• [Goal of the exercise]:
In the records below, the line with "v6 (2,1.952068,0.606218)" opens the range and the line with "e23 v22 v13 LINE" closes it; print that range exactly and nothing else.

Dataset items:
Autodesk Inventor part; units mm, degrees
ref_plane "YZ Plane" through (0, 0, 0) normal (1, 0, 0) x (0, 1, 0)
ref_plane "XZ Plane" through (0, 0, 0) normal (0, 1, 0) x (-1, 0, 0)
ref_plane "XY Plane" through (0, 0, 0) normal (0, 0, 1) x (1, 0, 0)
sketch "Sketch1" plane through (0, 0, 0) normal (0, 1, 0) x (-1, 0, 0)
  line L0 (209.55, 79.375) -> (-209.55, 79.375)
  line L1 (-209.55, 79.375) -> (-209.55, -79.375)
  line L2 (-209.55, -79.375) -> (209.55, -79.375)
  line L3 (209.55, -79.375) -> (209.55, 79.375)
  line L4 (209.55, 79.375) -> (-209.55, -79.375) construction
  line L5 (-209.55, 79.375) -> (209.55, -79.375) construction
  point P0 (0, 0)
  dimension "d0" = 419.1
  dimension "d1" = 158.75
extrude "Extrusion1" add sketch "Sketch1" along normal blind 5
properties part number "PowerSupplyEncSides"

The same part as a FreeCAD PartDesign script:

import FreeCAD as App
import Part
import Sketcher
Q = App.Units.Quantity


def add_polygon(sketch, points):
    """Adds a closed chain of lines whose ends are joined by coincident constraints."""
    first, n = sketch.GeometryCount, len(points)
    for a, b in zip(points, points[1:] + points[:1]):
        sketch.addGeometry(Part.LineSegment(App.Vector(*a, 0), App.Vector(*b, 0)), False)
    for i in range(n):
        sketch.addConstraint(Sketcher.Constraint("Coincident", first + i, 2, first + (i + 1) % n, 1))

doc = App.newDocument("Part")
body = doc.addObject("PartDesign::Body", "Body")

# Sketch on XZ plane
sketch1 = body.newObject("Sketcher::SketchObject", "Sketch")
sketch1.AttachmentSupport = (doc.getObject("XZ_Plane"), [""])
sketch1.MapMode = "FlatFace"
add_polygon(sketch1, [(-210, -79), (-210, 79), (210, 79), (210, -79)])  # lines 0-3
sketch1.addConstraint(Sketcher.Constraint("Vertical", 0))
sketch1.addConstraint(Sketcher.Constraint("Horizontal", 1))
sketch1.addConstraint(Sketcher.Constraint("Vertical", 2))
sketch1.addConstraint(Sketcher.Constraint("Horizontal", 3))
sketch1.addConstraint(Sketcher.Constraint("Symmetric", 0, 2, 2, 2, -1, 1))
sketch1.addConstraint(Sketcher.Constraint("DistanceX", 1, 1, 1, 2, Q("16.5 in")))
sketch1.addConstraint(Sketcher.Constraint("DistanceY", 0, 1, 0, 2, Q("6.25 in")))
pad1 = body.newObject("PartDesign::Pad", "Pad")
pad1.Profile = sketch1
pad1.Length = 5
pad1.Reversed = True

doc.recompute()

...

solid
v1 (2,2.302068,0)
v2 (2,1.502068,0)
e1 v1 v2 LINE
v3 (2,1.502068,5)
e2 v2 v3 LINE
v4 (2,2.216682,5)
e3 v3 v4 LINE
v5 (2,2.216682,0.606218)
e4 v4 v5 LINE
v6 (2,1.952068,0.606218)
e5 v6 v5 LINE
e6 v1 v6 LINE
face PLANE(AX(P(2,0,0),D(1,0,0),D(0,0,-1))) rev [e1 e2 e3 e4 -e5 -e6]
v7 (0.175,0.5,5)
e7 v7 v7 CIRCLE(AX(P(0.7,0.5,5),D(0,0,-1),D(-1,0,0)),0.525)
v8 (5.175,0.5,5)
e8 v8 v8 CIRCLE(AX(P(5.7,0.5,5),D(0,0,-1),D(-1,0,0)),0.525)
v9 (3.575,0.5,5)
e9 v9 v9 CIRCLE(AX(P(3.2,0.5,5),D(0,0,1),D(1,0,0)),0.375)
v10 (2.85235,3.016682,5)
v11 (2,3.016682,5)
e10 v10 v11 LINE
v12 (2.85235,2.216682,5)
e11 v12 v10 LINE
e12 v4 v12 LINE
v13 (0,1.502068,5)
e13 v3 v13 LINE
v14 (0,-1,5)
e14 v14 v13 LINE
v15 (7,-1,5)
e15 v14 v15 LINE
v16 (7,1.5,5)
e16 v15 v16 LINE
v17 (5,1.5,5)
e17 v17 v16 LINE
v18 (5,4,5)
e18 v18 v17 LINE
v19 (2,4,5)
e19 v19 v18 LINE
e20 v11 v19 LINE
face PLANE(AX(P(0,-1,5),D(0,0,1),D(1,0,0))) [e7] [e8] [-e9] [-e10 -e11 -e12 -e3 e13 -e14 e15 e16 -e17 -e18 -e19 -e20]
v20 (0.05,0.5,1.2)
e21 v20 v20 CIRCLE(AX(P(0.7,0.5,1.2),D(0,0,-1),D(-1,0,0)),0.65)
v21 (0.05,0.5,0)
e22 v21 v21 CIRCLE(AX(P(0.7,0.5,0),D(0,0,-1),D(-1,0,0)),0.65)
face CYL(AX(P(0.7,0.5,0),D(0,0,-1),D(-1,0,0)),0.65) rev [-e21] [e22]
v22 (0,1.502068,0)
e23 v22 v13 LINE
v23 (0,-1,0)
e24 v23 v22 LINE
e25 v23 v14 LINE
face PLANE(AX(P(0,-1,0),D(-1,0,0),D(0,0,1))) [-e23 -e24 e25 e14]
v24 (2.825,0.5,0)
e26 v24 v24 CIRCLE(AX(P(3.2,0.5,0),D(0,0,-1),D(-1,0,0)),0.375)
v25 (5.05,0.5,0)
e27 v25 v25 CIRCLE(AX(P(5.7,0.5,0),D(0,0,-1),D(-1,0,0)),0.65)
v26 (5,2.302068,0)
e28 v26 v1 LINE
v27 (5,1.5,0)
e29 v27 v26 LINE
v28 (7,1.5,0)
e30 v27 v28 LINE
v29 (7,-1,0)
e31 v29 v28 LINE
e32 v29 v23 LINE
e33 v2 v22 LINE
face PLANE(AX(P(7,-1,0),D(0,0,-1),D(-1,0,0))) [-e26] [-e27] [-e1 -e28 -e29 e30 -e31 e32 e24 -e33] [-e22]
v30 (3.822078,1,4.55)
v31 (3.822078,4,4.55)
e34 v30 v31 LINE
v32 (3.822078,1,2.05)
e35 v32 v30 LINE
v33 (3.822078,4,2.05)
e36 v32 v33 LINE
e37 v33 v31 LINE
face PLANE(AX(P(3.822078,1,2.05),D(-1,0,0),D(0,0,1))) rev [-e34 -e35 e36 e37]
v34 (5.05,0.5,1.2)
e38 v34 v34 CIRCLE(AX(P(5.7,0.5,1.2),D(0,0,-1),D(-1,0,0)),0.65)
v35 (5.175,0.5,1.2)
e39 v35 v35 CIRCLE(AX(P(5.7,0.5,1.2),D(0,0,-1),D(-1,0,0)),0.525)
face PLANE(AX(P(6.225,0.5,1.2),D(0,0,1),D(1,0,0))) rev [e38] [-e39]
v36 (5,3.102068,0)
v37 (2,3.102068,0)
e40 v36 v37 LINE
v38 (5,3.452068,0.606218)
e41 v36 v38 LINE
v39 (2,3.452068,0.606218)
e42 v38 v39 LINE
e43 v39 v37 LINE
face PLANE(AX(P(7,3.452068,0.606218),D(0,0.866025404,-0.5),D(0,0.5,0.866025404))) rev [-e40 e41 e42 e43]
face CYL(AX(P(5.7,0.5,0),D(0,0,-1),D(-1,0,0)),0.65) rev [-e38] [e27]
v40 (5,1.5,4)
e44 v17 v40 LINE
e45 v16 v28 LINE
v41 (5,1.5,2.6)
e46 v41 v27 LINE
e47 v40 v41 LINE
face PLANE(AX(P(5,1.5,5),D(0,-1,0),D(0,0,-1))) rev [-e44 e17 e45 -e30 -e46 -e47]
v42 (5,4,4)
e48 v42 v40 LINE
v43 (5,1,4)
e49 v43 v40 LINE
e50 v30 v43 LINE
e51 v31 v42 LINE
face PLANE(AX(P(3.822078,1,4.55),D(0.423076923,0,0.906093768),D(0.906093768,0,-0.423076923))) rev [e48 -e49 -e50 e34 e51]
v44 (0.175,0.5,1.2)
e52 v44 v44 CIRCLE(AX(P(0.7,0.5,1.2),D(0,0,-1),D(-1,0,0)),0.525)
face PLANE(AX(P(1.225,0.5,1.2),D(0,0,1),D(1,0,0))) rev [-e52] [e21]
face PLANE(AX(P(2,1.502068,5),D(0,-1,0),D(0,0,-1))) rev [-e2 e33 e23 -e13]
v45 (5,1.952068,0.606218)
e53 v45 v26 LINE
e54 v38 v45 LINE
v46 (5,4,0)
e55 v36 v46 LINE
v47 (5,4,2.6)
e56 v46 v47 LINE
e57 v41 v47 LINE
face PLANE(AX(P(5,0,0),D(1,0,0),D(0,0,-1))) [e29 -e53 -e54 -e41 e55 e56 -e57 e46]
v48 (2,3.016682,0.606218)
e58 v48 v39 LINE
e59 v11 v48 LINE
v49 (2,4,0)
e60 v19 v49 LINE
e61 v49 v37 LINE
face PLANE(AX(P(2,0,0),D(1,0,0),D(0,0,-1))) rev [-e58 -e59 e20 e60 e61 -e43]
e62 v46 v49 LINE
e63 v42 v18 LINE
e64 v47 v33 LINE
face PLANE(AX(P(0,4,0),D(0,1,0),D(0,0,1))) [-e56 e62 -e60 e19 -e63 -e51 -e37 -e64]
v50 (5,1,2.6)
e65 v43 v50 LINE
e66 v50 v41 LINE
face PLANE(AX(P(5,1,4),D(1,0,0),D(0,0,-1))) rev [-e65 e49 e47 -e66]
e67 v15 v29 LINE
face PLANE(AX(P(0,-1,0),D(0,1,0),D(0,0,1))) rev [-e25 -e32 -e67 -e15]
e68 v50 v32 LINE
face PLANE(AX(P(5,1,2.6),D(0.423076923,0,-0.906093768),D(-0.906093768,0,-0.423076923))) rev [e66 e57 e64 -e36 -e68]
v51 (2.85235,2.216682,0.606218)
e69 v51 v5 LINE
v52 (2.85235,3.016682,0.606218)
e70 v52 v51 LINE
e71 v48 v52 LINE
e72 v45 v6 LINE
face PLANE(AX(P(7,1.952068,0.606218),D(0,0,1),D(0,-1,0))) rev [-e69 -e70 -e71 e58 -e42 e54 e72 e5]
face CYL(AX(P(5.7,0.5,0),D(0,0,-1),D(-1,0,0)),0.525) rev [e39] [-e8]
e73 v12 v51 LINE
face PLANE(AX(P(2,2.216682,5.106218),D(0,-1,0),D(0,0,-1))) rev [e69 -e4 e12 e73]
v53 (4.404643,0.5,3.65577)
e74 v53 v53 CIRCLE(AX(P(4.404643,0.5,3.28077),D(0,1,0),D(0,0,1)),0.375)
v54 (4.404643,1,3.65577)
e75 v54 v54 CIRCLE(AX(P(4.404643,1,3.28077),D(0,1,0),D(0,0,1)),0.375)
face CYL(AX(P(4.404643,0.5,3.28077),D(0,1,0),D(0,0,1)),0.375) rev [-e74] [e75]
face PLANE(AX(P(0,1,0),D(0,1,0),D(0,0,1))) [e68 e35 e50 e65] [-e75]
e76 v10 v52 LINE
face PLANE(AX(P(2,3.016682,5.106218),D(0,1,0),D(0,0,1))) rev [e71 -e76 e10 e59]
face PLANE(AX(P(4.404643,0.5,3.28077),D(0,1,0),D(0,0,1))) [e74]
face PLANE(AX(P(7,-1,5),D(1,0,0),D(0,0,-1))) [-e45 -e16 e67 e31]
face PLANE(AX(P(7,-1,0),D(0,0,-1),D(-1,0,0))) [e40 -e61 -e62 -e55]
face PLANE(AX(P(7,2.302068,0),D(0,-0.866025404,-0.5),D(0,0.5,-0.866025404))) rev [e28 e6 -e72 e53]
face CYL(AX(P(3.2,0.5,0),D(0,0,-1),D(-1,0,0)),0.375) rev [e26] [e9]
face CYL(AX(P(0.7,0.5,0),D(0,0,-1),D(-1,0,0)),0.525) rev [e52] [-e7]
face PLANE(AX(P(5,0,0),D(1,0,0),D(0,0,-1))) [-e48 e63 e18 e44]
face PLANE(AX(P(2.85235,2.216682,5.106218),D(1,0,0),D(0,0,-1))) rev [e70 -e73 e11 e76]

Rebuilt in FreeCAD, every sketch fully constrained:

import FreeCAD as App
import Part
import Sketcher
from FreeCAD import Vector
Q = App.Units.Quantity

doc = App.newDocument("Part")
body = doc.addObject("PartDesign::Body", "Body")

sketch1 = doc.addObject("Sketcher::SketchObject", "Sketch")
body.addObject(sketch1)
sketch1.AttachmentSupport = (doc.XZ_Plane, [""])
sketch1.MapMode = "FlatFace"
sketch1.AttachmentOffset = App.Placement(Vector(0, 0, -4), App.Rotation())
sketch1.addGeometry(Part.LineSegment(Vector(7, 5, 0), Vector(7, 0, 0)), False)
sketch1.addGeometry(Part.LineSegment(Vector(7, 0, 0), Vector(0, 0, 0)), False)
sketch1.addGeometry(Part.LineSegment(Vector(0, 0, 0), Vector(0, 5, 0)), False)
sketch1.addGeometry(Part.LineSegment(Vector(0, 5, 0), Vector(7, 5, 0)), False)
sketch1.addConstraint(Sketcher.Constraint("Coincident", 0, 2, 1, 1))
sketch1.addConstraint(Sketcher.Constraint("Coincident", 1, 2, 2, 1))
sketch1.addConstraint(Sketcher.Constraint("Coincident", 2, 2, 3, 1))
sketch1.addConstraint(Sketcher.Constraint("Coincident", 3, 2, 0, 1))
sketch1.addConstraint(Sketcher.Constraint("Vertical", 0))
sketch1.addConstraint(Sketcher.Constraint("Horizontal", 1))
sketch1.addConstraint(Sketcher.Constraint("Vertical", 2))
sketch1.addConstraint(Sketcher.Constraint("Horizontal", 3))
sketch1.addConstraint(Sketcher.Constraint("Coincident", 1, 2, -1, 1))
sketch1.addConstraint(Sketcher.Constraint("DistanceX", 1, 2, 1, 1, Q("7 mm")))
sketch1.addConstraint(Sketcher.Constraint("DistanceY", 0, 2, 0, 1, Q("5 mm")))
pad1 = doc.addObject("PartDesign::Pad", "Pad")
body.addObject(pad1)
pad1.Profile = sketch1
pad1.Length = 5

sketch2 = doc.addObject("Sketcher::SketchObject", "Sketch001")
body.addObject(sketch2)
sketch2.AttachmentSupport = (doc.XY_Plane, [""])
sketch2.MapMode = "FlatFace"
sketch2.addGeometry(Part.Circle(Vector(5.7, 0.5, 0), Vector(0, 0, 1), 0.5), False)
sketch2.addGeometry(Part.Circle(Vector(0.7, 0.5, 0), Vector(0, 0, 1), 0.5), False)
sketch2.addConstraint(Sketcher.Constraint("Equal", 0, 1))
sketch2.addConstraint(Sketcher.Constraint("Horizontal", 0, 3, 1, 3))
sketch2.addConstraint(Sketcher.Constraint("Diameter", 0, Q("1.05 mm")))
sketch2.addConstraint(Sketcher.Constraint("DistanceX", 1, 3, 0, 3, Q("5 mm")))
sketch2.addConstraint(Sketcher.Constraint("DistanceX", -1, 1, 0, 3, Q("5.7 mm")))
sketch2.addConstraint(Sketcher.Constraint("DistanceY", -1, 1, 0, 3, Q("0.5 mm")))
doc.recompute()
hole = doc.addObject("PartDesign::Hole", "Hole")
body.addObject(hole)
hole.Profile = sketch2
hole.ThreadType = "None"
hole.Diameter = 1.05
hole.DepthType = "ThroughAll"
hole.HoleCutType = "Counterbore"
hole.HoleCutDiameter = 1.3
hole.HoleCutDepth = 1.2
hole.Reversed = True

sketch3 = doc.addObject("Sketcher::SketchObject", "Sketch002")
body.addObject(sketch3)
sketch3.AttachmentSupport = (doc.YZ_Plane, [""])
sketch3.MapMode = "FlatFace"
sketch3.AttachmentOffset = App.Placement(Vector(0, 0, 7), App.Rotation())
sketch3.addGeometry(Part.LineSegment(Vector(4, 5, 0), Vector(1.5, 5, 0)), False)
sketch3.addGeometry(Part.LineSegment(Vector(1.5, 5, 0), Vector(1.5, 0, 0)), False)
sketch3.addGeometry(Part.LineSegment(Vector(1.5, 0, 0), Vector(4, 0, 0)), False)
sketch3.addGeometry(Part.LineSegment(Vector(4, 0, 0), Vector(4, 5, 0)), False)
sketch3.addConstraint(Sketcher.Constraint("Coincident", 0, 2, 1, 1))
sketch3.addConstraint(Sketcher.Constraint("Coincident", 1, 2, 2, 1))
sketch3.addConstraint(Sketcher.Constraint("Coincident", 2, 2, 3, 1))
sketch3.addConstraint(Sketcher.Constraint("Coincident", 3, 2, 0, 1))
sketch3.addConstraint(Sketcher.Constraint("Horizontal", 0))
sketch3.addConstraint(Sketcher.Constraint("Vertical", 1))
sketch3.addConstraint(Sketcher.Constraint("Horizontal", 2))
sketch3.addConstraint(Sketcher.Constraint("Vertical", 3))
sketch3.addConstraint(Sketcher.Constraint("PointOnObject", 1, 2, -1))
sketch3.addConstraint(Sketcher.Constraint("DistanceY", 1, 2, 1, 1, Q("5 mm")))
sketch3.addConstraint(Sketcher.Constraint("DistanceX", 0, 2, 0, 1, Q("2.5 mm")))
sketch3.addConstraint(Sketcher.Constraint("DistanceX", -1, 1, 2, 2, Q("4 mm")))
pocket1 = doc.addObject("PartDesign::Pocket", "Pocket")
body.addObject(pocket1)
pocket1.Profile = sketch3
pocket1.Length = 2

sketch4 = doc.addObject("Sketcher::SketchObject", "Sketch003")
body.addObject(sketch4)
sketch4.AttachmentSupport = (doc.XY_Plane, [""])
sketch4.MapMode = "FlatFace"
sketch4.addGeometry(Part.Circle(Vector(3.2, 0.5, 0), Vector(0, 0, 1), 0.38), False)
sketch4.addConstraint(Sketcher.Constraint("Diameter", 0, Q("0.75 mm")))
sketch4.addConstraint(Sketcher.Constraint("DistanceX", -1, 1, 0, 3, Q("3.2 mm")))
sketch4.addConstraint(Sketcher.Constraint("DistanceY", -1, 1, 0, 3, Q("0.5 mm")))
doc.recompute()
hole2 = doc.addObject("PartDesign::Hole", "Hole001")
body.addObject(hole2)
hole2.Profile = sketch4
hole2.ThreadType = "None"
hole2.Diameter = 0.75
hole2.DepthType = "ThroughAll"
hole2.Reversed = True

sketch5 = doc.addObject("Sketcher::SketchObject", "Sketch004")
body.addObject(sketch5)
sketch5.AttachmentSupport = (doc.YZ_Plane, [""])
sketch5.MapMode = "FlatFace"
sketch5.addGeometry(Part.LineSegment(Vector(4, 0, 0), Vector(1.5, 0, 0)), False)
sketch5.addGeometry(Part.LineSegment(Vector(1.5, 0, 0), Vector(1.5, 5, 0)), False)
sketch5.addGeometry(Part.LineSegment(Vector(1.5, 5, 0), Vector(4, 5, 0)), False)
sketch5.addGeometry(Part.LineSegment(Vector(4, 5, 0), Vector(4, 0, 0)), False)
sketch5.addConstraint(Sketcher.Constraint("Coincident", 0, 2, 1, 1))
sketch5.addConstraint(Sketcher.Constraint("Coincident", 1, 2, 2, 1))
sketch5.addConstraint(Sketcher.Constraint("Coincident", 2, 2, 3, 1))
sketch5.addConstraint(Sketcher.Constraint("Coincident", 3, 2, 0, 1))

• [Worked solution]:
v6 (2,1.952068,0.606218)
e5 v6 v5 LINE
e6 v1 v6 LINE
face PLANE(AX(P(2,0,0),D(1,0,0),D(0,0,-1))) rev [e1 e2 e3 e4 -e5 -e6]
v7 (0.175,0.5,5)
e7 v7 v7 CIRCLE(AX(P(0.7,0.5,5),D(0,0,-1),D(-1,0,0)),0.525)
v8 (5.175,0.5,5)
e8 v8 v8 CIRCLE(AX(P(5.7,0.5,5),D(0,0,-1),D(-1,0,0)),0.525)
v9 (3.575,0.5,5)
e9 v9 v9 CIRCLE(AX(P(3.2,0.5,5),D(0,0,1),D(1,0,0)),0.375)
v10 (2.85235,3.016682,5)
v11 (2,3.016682,5)
e10 v10 v11 LINE
v12 (2.85235,2.216682,5)
e11 v12 v10 LINE
e12 v4 v12 LINE
v13 (0,1.502068,5)
e13 v3 v13 LINE
v14 (0,-1,5)
e14 v14 v13 LINE
v15 (7,-1,5)
e15 v14 v15 LINE
v16 (7,1.5,5)
e16 v15 v16 LINE
v17 (5,1.5,5)
e17 v17 v16 LINE
v18 (5,4,5)
e18 v18 v17 LINE
v19 (2,4,5)
e19 v19 v18 LINE
e20 v11 v19 LINE
face PLANE(AX(P(0,-1,5),D(0,0,1),D(1,0,0))) [e7] [e8] [-e9] [-e10 -e11 -e12 -e3 e13 -e14 e15 e16 -e17 -e18 -e19 -e20]
v20 (0.05,0.5,1.2)
e21 v20 v20 CIRCLE(AX(P(0.7,0.5,1.2),D(0,0,-1),D(-1,0,0)),0.65)
v21 (0.05,0.5,0)
e22 v21 v21 CIRCLE(AX(P(0.7,0.5,0),D(0,0,-1),D(-1,0,0)),0.65)
face CYL(AX(P(0.7,0.5,0),D(0,0,-1),D(-1,0,0)),0.65) rev [-e21] [e22]
v22 (0,1.502068,0)
e23 v22 v13 LINE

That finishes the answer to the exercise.